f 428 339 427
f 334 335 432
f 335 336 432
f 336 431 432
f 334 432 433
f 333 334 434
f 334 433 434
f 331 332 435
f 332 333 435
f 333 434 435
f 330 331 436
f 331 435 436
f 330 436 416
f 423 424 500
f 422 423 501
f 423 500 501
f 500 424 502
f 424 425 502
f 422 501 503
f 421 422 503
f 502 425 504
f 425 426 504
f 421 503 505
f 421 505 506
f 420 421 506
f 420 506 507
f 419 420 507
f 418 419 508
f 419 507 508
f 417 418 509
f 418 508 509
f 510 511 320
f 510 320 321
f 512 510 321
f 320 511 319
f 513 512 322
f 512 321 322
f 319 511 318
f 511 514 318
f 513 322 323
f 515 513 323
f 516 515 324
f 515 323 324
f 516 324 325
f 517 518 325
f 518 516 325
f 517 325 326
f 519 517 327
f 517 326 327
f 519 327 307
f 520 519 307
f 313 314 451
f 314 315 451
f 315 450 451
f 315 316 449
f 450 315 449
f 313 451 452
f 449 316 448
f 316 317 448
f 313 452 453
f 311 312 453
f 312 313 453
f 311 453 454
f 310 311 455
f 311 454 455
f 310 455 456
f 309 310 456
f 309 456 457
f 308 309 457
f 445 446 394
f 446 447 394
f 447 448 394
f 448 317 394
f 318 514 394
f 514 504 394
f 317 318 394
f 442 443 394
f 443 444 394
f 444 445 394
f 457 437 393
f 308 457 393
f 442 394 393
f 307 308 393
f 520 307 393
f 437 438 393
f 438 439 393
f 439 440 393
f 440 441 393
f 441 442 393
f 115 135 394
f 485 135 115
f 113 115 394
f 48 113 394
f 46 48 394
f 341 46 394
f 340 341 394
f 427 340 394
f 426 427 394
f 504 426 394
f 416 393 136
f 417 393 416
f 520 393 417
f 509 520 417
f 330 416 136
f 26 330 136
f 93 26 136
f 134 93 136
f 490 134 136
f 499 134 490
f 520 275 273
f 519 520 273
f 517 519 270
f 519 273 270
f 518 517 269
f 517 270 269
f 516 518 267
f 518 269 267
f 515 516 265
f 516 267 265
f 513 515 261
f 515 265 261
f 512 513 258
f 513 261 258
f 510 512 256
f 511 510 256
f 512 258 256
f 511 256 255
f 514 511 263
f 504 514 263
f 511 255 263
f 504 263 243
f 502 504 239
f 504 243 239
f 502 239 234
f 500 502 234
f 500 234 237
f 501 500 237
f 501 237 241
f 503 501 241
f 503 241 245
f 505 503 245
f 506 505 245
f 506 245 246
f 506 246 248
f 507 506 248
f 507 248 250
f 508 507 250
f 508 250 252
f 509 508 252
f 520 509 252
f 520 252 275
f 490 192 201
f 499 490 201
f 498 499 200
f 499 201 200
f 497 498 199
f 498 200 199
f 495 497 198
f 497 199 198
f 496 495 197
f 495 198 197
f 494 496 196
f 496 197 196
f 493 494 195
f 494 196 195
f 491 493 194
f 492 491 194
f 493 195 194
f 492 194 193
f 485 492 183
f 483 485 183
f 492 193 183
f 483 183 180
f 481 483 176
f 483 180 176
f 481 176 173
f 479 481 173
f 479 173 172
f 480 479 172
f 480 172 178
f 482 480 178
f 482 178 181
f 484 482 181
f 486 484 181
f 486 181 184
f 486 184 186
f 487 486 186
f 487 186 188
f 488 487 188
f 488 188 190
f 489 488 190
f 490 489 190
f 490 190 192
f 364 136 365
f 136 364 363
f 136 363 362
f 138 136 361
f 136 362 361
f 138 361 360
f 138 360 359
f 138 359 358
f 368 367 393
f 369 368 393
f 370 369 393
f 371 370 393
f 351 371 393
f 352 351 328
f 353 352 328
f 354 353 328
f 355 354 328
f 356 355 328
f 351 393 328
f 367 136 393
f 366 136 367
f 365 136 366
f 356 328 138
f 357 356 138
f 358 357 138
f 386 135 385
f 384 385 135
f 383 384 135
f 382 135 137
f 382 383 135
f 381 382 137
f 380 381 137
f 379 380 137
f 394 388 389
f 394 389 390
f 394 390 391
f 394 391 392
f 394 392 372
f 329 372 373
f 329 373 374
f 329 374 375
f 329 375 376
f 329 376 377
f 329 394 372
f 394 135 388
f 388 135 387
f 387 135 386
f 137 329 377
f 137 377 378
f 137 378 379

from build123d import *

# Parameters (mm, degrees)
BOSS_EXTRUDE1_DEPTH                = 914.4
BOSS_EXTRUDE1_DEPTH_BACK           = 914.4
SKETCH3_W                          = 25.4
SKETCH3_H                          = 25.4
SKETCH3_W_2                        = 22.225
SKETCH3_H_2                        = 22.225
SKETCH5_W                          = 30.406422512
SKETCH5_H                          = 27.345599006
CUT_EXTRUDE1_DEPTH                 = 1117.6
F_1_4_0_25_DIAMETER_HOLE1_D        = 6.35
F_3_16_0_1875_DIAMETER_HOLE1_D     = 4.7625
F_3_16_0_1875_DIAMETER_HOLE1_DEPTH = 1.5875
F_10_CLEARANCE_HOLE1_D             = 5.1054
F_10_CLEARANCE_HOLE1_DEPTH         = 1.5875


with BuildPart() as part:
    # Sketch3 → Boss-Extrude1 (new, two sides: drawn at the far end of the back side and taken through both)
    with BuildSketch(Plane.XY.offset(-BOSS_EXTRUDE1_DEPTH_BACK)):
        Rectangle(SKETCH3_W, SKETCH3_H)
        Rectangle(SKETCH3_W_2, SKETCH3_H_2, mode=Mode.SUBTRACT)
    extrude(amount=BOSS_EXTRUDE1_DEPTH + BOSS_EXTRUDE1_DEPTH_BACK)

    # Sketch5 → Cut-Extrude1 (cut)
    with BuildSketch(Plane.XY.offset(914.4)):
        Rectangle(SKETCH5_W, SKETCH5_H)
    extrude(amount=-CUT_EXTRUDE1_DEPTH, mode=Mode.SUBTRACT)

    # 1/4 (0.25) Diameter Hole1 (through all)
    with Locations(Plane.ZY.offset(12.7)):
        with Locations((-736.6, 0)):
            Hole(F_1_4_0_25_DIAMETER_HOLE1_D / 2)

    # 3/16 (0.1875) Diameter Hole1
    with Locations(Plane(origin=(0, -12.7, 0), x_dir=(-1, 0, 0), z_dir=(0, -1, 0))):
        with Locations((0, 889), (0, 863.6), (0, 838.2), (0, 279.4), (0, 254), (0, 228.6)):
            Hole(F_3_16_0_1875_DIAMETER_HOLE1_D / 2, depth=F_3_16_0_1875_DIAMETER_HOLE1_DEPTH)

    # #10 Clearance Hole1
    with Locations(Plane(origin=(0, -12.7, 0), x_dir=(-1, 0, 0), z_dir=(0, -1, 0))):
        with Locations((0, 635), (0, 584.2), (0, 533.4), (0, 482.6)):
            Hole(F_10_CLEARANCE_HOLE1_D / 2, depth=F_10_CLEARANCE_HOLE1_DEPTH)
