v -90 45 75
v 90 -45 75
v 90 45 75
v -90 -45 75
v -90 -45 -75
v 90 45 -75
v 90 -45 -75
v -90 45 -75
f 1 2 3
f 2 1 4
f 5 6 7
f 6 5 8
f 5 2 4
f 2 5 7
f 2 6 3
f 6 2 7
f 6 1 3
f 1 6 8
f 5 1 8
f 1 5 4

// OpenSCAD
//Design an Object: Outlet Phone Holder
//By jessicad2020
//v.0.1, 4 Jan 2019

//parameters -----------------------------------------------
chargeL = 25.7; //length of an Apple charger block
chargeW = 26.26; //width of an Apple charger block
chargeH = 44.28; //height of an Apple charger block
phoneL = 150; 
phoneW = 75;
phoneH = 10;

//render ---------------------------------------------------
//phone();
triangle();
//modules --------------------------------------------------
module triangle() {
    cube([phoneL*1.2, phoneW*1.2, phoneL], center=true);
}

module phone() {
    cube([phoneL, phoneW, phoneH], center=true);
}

━━━

Work request:
In the answer, give the lines from the first line of the data through the line with "f 320 511 319", exactly as they appear and with no additions.

Written response:
f 428 339 427
f 334 335 432
f 335 336 432
f 336 431 432
f 334 432 433
f 333 334 434
f 334 433 434
f 331 332 435
f 332 333 435
f 333 434 435
f 330 331 436
f 331 435 436
f 330 436 416
f 423 424 500
f 422 423 501
f 423 500 501
f 500 424 502
f 424 425 502
f 422 501 503
f 421 422 503
f 502 425 504
f 425 426 504
f 421 503 505
f 421 505 506
f 420 421 506
f 420 506 507
f 419 420 507
f 418 419 508
f 419 507 508
f 417 418 509
f 418 508 509
f 510 511 320
f 510 320 321
f 512 510 321
f 320 511 319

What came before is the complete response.